30 de junho de 2009

Jurisprudência Tributária:Embargos à execução fiscal. Imóveis contíguos. Registro imobiliário distinto. Bem de família. Descaracterização.

APELAÇÃO/REEXAME NECESSÁRIO N. 2006.01.99.035493-7/MG

RELATOR(A): DESEMBARGADORA FEDERAL MARIA DO CARMO CARDOSO

APELANTE: FAZENDA NACIONAL

PROCURADOR: LUIZ FERNANDO JUCA FILHO

APELADO: VALDEMAR ANTONIO GALVAO E CONJUGE

ADVOGADO: JOSE ANTONIO DE FARIA

REMETENTE: JUIZO DE DIREITO DA 2A VARA CIVEL DA COMARCA DE GUAXUPE – MG

EMENTA

EMBARGOS À EXECUÇÃO FISCAL. IMÓVEIS CONTÍGUOS. REGISTRO IMOBILIÁRIO DISTINTO. BEM DE FAMÍLIA. DESCARACTERIZAÇÃO. PENHORA. POSSIBILIDADE.

1. A penhora de imóvel contíguo, autônomo, que não é utilizado como residência, não priva a família da dignidade que lhe é garantida pela norma.

2. O fato de os imóveis serem contíguos é irrelevante, pois a garantia da impenhorabilidade do bem de família restringe-se apenas àquele onde reside a família.

3. Remessa oficial e apelação da Fazenda Nacional a que se dá provimento.

ACÓRDÃO

Decide a Oitava Turma do Tribunal Regional Federal da 1ª Região, por maioria, dar provimento à remessa oficial e à apelação, nos termos do voto da Relatora.

Brasília/DF, 14 de abril de 2009.

Desembargadora Federal Maria do Carmo Cardoso
Relatora

RELATÓRIO

A EXMA. SRA. DESEMBARGADORA FEDERAL MARIA DO CARMO CARDOSO (RELATORA):

Este recurso de apelação foi interposto pela UNIÃO (FAZENDA NACIONAL) da sentença proferida pelo Juízo de Direito da 2ª Vara Cível da Comarca de Guaxupé/MG, que, nos autos dos Embargos à Execução Fiscal 2006.01.99.035493-7, julgou procedente o pedido da embargante, desconstituiu a penhora realizada e condenou a embargada ao pagamento dos honorários advocatícios arbitrados em 15% do valor dos embargos (fls. 35/36).

O Magistrado de origem asseverou que o que gera direitos são os fatos e, no caso versado, eles tornam inconteste que a casa e plantações da residência dos embargantes englobam os dois terrenos penhorados, que formam uma só unidade

Houve remessa oficial.

Sustenta a apelante que os embargantes não lograram êxito em demonstrar que o bem, objeto de constrição, esta albergado pela Lei n. 8.009/90, por que nele não residem, apenas dele utilizam para deleite próprio, por que assim lhes apetece, podendo dele se desvincular até mesmo por interesse econômico próprio, sem prejuízo do conforto familiar protegido pela norma acima citada.

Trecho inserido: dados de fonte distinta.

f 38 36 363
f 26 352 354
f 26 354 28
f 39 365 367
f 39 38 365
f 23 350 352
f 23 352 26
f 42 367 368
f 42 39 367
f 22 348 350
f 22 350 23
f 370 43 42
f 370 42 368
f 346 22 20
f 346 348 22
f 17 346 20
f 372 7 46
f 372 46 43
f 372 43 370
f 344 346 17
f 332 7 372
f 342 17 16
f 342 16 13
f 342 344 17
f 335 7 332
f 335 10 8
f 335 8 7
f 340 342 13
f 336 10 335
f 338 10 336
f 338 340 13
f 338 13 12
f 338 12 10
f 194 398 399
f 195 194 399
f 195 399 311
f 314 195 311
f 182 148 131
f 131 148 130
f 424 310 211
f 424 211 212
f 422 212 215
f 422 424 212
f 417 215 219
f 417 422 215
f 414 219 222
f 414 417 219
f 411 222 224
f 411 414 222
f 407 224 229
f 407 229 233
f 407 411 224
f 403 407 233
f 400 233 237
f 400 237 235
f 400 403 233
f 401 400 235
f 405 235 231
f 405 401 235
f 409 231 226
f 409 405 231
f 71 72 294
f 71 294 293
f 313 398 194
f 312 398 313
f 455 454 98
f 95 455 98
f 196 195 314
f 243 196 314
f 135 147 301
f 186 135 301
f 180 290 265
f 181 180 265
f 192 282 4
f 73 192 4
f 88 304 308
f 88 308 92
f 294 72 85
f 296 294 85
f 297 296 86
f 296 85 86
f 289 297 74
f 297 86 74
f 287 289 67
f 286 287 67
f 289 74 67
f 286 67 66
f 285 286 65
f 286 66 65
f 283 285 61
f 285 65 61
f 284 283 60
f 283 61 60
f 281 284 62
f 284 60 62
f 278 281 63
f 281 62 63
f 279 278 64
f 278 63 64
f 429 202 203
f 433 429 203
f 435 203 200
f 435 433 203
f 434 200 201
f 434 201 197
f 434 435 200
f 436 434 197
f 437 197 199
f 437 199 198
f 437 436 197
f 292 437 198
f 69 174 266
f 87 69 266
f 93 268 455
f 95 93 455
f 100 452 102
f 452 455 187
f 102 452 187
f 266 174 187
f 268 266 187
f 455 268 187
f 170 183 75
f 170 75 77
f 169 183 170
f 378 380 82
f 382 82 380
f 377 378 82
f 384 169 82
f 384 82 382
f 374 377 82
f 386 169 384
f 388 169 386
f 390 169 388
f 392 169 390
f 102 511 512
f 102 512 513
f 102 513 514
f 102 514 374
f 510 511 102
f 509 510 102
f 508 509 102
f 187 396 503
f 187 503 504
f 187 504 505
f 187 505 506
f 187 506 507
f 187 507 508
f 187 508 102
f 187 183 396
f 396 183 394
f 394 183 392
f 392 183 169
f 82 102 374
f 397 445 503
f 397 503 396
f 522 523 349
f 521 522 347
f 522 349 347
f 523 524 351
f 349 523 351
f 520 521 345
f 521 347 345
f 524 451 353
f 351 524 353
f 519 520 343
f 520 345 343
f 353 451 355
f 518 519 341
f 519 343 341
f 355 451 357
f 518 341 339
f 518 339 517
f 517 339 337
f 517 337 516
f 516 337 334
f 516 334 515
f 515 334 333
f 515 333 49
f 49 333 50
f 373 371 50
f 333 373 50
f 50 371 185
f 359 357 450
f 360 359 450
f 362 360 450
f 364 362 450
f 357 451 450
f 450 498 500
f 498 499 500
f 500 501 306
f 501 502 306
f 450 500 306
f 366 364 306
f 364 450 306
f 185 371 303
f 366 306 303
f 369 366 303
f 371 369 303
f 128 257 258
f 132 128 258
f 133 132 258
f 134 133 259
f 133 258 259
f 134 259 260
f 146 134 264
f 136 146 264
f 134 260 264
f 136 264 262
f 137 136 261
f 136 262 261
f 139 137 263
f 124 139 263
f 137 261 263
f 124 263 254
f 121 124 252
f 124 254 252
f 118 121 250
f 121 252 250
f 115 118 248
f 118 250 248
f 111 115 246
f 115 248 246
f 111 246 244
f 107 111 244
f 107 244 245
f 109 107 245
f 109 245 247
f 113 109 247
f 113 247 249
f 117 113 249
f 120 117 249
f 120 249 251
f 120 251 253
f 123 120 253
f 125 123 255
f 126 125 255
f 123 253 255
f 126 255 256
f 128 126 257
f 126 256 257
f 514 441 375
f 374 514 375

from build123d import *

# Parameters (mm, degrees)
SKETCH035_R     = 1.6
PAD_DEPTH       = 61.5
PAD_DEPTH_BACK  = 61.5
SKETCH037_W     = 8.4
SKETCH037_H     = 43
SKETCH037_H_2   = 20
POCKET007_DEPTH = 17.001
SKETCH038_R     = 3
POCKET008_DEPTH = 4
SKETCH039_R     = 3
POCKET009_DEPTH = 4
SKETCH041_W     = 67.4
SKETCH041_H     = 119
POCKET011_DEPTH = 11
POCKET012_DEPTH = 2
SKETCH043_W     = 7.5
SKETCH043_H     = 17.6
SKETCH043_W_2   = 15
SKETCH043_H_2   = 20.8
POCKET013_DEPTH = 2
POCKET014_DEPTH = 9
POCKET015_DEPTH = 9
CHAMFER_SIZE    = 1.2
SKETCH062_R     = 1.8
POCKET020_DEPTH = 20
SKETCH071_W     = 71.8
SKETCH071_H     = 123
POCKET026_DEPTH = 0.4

Alega ainda que os honorários de sucumbência deverão ser fixados, se eventualmente vencido o INSS, no percentual de 5% do valor atribuído aos embargados, com fulcro na norma do §4º, do art. 20 do CPC, eis que esta Autarquia concordou com parte dos objetivos dos embargantes, antes de prolatada a r. decisão a quo, ora parcialmente atacada, ao assentir com a desconstituição da penhora sobre o bem registrado sob o n. 5.321.

Por tais razões, requer a reforma da sentença.

Em suas contrarrazões, a apelada requer a manutenção da sentença (fls. 42/43).

É o relatório.

VOTO

A EXMA. SRA. DESEMBARGADORA FEDERAL MARIA DO CARMO CARDOSO (RELATORA):

Waldemar Antônio Galvão e Norma da Cunha Galvão opuseram embargos à execução fiscal proposta originalmente pelo Instituto Nacional de Seguridade Social – INSS, agora representado pela Procuradoria da Fazenda Nacional, alegando a impenhorabilidade dos imóveis penhorados, tendo em vista serem bens de família.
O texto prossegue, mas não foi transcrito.